[Your objective] Each line in the records that mentions the word "VECTOR" needs to be listed.

*** Working data ***

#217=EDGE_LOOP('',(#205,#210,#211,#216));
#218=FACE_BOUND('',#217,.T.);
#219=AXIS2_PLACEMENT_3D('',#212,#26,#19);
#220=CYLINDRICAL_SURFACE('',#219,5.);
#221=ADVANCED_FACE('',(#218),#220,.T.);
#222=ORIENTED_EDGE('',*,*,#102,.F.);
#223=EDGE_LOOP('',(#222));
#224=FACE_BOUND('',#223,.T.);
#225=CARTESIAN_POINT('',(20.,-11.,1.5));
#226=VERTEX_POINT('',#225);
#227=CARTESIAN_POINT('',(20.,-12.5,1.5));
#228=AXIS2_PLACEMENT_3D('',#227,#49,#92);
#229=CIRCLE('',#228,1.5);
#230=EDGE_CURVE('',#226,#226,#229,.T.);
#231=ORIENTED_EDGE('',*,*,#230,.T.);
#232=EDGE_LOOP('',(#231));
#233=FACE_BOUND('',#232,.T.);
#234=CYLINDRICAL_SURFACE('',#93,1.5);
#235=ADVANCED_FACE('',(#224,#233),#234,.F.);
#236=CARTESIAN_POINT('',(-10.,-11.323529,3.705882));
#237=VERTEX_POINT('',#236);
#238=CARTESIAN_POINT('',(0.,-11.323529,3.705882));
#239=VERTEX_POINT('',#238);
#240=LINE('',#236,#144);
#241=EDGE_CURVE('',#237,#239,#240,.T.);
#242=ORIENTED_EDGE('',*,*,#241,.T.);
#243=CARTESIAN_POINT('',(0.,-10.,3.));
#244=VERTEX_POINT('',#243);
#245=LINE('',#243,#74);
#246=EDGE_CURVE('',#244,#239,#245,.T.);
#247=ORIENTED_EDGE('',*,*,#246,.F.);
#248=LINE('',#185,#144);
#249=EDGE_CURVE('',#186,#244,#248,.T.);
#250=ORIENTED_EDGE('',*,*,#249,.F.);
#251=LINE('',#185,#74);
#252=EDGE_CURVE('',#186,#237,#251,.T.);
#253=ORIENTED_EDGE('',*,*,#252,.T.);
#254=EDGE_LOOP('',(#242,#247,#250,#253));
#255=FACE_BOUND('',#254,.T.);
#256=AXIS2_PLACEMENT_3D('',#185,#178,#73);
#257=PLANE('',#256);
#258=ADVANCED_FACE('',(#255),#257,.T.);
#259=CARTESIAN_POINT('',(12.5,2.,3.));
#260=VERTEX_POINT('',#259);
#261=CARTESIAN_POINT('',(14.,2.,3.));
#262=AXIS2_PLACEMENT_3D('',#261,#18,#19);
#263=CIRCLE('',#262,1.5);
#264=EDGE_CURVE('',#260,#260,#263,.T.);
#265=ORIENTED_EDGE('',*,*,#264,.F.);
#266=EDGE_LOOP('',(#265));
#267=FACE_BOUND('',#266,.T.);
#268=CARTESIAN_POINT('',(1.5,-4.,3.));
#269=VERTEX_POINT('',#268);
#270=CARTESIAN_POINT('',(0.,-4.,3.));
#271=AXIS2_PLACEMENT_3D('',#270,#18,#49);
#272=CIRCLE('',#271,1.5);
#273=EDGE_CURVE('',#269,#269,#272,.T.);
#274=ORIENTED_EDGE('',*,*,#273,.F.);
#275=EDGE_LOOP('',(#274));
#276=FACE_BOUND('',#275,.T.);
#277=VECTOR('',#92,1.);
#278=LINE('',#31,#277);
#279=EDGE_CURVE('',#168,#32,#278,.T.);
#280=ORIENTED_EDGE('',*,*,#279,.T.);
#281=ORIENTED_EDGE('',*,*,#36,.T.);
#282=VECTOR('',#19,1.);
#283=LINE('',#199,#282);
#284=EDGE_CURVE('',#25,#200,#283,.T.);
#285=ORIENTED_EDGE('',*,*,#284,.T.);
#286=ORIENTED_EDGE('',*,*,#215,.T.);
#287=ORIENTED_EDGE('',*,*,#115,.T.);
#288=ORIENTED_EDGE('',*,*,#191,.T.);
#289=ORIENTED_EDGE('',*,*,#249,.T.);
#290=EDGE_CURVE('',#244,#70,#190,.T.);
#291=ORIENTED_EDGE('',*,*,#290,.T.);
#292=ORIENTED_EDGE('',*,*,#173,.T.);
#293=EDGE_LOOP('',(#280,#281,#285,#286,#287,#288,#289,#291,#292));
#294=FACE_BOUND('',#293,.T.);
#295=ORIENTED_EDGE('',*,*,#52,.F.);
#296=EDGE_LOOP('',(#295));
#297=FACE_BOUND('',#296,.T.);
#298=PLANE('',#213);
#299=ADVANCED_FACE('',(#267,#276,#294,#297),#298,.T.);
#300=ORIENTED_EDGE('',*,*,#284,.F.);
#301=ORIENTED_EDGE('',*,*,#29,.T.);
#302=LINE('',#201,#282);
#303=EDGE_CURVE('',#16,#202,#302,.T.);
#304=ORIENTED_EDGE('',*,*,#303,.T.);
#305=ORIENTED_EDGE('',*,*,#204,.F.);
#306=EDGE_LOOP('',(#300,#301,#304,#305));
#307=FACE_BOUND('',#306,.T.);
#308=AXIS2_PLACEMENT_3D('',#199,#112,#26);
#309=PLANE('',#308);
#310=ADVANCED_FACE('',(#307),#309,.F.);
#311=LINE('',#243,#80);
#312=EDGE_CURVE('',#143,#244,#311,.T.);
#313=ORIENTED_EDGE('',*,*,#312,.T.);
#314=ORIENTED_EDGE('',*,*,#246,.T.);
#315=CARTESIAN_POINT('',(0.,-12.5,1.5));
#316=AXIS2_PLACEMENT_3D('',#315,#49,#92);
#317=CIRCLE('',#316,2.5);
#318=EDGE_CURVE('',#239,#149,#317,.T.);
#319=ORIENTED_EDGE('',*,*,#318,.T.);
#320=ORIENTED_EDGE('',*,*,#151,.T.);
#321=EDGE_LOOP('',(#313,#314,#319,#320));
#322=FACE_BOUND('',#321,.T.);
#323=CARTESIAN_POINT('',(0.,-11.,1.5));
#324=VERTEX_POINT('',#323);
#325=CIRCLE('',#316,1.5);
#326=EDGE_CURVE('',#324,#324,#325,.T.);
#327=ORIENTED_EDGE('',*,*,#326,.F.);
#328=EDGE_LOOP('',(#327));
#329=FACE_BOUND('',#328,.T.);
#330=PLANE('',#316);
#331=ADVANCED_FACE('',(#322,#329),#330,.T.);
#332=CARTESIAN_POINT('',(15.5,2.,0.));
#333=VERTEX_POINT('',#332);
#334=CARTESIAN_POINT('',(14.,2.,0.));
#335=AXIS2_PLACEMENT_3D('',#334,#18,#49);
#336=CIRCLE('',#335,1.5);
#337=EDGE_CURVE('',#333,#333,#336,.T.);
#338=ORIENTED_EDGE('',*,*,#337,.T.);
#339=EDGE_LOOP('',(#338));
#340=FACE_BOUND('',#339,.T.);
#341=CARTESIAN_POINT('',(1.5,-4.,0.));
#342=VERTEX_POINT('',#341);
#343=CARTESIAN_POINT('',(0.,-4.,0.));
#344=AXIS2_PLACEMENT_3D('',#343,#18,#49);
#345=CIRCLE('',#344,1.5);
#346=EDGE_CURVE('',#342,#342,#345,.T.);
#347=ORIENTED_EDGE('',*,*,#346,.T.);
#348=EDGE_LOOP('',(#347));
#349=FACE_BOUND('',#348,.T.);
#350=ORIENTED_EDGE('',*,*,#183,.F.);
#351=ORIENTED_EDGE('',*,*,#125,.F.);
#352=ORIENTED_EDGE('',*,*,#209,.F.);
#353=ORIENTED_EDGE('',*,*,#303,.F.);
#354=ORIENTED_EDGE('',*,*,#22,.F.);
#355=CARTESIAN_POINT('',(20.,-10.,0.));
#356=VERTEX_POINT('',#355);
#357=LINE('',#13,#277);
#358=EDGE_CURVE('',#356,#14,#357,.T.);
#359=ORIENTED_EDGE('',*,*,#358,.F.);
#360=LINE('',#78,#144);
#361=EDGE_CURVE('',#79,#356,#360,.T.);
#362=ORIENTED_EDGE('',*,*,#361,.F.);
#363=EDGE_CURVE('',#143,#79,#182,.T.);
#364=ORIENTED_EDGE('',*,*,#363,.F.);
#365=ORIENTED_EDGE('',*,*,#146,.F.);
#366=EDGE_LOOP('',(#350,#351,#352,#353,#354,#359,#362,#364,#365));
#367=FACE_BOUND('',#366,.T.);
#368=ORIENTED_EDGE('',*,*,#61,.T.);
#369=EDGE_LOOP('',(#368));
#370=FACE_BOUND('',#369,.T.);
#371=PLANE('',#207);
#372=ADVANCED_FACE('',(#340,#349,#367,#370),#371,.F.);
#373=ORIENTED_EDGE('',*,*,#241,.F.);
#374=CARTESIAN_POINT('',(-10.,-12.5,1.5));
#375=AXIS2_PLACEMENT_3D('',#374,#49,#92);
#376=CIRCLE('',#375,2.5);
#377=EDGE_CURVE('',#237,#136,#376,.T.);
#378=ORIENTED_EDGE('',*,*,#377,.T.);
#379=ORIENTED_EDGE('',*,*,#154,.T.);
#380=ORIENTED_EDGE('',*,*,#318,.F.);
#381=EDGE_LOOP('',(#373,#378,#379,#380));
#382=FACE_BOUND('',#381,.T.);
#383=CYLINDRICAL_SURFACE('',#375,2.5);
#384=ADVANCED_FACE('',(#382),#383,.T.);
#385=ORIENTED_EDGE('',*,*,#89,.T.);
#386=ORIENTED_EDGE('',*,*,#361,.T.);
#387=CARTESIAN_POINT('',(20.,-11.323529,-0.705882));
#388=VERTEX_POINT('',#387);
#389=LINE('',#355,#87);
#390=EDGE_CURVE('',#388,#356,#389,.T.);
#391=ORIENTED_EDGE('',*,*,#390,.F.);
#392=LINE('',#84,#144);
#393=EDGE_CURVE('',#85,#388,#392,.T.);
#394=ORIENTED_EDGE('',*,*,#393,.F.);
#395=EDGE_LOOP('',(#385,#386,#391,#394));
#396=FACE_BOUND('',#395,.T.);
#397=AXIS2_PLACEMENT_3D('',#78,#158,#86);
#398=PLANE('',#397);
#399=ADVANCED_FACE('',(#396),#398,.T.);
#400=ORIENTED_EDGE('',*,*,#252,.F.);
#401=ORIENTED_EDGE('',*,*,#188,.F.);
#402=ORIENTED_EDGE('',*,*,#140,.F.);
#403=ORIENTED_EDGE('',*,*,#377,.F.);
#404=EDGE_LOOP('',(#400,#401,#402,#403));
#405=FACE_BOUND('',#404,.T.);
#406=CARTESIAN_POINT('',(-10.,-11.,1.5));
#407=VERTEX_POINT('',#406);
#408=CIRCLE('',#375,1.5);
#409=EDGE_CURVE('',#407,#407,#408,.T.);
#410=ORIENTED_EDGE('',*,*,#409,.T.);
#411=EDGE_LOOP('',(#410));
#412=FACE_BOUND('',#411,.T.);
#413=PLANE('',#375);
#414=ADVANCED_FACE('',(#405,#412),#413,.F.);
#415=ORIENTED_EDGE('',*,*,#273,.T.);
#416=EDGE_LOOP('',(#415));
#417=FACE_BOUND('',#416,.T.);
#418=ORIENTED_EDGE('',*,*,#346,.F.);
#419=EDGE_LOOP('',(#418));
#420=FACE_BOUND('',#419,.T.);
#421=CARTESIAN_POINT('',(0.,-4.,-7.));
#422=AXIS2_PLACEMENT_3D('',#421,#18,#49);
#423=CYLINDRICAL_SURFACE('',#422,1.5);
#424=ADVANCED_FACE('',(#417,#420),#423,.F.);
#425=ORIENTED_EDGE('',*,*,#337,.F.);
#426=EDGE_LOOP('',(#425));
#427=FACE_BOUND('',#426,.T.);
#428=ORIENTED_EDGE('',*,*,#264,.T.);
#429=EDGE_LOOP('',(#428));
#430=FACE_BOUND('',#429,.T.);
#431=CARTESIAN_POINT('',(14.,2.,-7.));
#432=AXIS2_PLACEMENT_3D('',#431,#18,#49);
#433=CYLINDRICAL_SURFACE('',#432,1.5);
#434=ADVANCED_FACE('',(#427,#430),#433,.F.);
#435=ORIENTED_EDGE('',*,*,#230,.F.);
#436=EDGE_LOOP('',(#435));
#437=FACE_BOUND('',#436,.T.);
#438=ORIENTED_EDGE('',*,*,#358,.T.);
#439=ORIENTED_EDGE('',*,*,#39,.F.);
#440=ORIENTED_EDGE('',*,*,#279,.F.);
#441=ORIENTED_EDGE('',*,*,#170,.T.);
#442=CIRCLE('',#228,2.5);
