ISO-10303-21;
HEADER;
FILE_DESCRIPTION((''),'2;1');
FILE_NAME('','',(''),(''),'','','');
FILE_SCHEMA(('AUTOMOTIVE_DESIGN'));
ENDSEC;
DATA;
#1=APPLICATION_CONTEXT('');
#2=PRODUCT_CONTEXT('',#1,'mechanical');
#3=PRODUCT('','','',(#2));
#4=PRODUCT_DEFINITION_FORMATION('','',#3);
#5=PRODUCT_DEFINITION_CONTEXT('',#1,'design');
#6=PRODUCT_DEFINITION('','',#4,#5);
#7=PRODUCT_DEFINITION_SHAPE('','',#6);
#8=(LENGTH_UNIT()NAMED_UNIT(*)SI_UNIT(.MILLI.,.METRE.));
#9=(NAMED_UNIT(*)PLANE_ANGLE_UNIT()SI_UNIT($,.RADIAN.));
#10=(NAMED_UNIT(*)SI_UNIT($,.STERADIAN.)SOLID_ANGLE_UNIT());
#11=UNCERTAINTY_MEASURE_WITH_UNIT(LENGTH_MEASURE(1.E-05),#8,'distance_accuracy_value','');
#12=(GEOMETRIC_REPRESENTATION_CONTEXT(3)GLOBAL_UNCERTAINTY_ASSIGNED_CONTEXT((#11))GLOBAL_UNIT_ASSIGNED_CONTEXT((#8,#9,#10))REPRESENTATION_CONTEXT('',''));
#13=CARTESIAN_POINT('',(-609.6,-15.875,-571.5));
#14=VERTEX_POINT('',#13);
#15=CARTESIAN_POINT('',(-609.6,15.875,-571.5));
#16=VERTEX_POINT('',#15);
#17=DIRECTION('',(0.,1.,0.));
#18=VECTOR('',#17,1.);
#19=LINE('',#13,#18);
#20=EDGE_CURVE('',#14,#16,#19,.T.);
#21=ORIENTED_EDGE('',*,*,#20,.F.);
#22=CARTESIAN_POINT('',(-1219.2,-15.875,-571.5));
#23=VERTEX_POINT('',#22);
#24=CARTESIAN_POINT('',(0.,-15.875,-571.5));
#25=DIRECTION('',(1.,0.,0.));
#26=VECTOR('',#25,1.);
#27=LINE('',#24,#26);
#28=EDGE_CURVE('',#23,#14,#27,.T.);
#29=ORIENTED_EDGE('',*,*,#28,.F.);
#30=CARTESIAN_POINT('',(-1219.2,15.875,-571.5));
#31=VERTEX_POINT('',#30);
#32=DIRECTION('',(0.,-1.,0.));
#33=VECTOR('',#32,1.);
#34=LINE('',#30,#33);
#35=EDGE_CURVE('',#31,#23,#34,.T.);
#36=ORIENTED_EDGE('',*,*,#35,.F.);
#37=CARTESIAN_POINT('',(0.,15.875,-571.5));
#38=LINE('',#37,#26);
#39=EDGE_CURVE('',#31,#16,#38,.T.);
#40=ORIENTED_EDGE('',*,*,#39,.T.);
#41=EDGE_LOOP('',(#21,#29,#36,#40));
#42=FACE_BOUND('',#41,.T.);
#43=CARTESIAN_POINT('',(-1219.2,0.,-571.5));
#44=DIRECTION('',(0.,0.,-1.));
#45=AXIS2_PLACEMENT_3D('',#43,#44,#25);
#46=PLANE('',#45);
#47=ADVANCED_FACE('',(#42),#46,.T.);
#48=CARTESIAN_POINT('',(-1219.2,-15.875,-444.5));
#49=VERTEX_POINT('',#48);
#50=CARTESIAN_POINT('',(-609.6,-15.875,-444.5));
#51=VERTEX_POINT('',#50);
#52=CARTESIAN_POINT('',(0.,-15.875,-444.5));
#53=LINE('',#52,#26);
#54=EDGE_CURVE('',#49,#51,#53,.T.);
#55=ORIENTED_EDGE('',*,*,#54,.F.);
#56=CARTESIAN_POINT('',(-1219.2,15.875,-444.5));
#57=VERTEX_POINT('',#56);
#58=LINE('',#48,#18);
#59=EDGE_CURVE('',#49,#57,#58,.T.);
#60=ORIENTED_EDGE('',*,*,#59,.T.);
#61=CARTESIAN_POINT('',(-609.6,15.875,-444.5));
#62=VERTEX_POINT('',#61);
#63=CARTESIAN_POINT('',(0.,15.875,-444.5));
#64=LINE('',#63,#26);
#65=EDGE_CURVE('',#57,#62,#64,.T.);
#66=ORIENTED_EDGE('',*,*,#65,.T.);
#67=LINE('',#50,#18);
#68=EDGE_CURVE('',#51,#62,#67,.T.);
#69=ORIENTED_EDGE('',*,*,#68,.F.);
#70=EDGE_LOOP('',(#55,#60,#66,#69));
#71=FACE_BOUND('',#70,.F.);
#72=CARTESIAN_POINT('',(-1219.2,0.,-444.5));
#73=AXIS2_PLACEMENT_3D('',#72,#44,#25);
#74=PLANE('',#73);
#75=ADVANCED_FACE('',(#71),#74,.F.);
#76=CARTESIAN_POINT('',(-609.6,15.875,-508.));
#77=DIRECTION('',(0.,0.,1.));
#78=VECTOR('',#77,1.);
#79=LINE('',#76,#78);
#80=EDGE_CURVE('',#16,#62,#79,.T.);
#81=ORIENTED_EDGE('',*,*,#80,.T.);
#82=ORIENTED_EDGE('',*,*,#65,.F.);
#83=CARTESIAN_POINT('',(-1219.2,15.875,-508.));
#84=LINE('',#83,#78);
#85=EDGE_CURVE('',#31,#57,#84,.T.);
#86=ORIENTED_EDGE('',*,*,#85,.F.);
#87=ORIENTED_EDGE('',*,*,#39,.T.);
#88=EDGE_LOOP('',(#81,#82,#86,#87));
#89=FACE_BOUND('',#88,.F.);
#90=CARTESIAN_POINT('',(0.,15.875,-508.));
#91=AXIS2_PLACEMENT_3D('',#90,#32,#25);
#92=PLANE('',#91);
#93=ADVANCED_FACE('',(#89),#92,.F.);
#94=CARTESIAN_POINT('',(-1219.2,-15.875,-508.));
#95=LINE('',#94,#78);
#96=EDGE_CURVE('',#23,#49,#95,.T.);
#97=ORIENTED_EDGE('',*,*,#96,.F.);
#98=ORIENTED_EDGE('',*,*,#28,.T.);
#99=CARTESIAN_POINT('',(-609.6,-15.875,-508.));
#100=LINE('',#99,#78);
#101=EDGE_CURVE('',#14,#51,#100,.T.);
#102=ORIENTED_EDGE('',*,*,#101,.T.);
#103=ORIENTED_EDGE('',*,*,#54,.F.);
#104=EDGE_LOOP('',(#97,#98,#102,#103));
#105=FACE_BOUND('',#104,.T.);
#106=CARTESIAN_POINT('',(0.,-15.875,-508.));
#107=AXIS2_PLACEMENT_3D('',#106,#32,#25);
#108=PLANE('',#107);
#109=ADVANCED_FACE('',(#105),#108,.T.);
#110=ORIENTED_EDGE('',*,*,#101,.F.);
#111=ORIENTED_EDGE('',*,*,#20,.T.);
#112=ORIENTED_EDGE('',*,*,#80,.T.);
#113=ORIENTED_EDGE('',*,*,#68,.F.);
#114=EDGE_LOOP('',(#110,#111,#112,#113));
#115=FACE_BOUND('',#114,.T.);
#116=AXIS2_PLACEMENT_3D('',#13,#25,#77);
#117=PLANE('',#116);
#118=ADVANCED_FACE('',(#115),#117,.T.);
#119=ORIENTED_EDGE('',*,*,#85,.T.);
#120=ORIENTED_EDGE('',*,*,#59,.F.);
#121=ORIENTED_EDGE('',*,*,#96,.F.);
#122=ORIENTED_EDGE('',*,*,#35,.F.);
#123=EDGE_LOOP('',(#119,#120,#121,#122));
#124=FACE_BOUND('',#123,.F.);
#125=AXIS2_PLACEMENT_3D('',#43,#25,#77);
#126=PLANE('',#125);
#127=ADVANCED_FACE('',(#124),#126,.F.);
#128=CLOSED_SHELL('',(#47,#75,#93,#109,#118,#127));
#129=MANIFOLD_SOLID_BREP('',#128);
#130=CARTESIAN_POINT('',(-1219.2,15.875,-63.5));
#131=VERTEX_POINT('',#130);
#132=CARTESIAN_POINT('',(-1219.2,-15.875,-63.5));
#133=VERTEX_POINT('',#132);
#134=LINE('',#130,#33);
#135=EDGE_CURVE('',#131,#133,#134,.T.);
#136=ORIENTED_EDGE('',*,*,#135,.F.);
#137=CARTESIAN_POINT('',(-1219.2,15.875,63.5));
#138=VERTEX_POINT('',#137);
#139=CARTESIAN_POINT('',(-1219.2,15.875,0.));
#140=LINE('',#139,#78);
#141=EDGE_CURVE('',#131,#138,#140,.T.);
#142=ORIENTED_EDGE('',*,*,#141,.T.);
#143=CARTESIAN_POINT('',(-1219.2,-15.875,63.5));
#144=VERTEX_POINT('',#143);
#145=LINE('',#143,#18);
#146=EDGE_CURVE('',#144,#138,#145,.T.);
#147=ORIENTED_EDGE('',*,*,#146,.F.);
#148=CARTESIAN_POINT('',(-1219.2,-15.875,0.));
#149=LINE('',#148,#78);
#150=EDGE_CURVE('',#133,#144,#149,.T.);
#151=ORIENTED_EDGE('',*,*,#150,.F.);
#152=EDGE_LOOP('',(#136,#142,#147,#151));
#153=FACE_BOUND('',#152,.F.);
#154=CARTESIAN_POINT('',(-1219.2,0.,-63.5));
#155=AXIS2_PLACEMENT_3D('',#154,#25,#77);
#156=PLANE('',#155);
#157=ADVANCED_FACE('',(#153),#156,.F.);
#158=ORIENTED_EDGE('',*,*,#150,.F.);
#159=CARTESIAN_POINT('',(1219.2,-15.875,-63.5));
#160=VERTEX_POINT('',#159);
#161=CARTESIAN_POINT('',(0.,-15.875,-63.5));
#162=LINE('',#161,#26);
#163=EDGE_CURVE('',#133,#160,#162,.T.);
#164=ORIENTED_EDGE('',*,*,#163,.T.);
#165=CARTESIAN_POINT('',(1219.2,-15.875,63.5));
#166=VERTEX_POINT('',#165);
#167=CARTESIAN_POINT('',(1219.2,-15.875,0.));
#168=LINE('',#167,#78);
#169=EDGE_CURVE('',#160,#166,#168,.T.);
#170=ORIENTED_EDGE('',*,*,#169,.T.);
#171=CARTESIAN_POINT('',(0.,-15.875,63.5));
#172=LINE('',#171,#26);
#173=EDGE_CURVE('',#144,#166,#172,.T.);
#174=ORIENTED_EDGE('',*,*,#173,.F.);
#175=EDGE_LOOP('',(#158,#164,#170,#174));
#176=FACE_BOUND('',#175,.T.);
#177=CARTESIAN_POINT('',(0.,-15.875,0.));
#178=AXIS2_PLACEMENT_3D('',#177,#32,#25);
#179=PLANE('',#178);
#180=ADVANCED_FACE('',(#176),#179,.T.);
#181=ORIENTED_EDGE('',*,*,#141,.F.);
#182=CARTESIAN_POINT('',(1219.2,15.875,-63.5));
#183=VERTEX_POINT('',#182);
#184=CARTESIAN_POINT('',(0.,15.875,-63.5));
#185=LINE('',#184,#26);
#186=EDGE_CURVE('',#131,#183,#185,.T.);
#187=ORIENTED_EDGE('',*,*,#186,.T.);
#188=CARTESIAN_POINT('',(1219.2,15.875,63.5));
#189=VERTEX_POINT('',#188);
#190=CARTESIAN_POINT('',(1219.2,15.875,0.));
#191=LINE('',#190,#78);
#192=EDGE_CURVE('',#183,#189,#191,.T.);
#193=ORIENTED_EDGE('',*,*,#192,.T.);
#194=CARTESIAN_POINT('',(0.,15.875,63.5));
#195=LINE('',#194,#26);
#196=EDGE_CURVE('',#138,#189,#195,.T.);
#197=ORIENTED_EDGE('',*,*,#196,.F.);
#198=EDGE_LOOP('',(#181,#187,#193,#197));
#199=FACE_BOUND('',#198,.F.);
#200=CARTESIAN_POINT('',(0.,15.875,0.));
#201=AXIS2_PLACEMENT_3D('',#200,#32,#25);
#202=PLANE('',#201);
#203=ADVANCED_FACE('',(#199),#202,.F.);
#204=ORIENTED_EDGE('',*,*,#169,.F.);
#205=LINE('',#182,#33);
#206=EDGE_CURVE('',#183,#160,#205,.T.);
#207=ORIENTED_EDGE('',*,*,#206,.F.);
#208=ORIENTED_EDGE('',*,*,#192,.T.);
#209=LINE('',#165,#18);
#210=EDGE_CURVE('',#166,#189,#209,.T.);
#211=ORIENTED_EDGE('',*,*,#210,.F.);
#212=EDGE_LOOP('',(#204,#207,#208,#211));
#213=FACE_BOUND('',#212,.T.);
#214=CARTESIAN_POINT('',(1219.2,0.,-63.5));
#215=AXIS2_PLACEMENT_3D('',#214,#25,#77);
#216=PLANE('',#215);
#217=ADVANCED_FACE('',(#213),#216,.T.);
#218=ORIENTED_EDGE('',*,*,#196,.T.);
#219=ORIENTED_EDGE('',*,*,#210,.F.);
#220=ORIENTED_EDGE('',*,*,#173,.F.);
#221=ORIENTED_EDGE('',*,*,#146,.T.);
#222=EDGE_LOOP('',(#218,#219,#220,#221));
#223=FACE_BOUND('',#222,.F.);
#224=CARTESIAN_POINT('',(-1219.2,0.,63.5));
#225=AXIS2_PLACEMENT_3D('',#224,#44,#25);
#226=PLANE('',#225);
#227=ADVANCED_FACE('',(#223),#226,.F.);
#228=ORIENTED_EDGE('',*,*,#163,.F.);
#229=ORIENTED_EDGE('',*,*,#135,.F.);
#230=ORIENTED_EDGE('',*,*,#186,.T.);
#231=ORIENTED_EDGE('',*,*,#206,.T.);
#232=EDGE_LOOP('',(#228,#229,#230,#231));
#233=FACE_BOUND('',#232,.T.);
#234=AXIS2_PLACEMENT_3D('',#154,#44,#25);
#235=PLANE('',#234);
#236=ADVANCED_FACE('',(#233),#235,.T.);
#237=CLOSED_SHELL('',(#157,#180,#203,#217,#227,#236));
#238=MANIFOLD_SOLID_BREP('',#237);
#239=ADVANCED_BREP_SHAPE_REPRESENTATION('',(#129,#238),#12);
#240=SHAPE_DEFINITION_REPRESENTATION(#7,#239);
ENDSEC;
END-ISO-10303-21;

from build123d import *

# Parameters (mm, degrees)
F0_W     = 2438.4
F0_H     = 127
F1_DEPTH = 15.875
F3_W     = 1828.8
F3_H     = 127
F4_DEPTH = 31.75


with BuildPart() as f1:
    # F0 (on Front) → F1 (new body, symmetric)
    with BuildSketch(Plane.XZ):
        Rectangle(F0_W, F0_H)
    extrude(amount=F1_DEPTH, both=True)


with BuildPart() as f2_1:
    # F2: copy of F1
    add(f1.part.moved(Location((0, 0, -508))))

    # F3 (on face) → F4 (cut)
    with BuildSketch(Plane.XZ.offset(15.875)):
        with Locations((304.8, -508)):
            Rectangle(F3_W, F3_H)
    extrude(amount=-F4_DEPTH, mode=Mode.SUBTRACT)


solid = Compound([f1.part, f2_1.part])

*** End of Working data ***

[Written response]
#277=VECTOR('',#92,1.);
#282=VECTOR('',#19,1.);
#18=VECTOR('',#17,1.);
#26=VECTOR('',#25,1.);
#33=VECTOR('',#32,1.);
#78=VECTOR('',#77,1.);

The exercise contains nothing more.